Provided data »
*** Begin section ***

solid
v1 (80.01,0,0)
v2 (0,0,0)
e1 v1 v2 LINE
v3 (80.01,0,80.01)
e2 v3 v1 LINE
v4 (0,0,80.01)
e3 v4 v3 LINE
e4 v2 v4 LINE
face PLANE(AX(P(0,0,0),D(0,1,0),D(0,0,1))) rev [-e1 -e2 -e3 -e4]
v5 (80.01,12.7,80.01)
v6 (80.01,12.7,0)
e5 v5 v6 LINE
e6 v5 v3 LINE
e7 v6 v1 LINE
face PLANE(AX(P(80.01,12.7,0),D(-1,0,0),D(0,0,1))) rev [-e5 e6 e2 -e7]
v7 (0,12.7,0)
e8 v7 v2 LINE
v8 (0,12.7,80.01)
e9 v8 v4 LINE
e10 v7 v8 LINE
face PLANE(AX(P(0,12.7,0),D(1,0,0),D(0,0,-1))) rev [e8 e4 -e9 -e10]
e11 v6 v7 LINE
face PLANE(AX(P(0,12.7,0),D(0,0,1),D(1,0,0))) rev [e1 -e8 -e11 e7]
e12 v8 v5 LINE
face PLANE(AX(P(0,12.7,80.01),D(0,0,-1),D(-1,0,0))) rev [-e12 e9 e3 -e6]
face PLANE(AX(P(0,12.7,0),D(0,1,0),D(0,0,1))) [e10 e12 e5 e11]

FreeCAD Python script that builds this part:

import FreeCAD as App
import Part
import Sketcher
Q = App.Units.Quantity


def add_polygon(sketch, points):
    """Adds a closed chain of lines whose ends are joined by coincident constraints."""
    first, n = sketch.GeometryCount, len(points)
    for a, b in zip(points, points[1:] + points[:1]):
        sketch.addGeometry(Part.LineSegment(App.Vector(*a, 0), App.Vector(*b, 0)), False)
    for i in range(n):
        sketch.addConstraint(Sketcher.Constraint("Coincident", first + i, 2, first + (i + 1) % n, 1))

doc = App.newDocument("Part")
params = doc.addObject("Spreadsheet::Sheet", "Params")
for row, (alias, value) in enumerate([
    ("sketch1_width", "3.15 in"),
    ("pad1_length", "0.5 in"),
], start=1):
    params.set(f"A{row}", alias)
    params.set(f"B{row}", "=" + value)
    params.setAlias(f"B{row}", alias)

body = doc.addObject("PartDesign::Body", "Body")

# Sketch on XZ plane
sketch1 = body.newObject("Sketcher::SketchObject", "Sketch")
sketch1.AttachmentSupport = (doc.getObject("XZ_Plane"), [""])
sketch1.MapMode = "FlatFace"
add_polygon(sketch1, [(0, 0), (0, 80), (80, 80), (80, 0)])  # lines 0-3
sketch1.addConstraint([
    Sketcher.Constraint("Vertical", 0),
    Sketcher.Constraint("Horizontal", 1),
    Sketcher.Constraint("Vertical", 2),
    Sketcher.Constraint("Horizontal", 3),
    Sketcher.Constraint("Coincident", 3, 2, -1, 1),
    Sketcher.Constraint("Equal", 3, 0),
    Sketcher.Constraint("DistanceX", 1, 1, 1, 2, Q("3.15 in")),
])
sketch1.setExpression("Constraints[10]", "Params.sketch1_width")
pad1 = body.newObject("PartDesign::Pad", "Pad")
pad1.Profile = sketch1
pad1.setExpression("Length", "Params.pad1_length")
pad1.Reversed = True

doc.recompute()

*** End section ***
*** Begin section ***

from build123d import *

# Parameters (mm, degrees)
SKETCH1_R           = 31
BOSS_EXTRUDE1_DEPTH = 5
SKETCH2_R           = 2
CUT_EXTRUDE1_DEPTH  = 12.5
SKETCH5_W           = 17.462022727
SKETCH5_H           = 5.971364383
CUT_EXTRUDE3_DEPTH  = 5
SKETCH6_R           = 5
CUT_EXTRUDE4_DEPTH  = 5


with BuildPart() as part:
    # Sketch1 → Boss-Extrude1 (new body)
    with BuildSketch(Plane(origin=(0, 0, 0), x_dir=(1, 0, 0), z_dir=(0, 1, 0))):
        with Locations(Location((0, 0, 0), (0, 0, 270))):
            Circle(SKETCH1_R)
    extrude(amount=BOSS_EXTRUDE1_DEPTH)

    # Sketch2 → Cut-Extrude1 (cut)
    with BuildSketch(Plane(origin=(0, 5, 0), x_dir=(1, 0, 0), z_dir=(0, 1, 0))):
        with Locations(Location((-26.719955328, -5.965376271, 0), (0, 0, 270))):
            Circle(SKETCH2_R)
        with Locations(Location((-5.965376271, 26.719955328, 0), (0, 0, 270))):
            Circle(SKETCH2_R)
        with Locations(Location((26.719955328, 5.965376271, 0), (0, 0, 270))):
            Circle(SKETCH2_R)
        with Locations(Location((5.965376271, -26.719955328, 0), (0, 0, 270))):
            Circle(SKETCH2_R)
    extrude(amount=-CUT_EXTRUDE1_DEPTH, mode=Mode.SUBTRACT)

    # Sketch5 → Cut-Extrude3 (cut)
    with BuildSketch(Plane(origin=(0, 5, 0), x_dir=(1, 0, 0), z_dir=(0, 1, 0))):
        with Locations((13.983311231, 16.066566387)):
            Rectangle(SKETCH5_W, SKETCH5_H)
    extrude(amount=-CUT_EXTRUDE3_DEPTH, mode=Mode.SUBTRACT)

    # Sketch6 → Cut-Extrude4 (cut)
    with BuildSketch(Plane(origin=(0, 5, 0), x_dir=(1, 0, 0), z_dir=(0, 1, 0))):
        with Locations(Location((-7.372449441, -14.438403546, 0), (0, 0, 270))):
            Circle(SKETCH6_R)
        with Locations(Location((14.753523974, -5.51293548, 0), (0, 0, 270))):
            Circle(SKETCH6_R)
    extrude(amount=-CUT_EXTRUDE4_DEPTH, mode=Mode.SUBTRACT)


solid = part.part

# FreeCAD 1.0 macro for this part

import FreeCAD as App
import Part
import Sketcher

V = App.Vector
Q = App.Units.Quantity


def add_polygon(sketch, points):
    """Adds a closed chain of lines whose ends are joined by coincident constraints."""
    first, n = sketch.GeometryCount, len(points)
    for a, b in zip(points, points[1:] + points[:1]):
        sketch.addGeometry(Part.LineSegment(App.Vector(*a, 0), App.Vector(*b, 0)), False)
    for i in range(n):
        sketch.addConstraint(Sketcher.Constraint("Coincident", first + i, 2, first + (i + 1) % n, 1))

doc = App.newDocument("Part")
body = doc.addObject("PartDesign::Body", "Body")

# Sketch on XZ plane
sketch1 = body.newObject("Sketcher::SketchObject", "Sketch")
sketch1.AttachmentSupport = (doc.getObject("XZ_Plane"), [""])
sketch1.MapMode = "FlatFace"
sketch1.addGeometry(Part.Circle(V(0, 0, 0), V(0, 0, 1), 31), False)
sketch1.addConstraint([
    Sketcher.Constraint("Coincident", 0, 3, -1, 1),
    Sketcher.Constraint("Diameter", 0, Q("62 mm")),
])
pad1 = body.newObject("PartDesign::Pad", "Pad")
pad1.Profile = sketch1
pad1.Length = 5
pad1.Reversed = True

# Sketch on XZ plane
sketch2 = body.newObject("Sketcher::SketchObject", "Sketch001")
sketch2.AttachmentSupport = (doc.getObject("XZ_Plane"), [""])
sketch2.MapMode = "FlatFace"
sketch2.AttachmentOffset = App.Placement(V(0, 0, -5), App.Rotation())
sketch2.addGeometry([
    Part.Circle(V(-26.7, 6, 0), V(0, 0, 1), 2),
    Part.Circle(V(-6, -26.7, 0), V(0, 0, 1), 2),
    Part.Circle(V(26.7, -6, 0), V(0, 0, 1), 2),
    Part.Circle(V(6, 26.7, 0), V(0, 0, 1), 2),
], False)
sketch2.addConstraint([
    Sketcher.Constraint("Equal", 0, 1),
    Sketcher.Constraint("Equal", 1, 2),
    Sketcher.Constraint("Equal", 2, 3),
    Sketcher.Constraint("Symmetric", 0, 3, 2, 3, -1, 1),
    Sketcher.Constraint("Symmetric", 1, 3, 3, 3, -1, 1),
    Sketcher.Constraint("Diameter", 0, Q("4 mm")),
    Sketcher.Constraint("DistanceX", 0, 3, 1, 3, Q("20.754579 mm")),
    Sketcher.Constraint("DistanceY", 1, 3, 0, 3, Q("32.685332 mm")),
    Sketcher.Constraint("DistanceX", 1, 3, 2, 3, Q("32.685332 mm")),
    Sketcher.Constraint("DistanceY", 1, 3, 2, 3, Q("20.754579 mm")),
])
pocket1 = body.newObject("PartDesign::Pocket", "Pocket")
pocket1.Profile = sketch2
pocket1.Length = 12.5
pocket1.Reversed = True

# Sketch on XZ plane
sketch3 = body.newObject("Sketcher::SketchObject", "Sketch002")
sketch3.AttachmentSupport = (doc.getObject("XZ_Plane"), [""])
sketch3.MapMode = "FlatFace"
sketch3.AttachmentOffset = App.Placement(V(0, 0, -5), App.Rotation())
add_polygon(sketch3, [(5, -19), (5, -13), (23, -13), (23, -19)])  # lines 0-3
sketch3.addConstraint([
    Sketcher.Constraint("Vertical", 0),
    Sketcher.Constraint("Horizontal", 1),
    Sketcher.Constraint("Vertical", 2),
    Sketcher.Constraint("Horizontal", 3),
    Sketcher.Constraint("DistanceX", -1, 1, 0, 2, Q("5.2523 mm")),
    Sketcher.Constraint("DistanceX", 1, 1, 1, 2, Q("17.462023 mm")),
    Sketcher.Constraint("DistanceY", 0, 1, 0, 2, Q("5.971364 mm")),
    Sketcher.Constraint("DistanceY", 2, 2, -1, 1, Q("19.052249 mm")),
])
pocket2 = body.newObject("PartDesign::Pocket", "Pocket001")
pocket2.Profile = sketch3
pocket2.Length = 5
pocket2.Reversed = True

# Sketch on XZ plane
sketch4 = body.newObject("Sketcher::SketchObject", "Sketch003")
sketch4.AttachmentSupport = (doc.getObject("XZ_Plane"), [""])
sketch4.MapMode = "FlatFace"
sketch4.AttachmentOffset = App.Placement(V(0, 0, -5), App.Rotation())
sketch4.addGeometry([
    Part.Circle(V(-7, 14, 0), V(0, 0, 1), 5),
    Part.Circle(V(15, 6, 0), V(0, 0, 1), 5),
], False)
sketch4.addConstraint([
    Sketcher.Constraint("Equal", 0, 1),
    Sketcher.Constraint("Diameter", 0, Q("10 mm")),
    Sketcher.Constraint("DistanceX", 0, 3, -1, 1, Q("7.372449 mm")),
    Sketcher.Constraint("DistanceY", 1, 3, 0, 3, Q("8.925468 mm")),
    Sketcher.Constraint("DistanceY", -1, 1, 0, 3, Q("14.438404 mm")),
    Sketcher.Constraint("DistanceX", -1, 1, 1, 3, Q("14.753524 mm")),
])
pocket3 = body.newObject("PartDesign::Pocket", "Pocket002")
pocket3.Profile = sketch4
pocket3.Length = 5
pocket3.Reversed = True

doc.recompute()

*** End section ***

Find the word "amount" in the listing above. Copy each line where it appears.

    extrude(amount=BOSS_EXTRUDE1_DEPTH)
    extrude(amount=-CUT_EXTRUDE1_DEPTH, mode=Mode.SUBTRACT)
    extrude(amount=-CUT_EXTRUDE3_DEPTH, mode=Mode.SUBTRACT)
    extrude(amount=-CUT_EXTRUDE4_DEPTH, mode=Mode.SUBTRACT)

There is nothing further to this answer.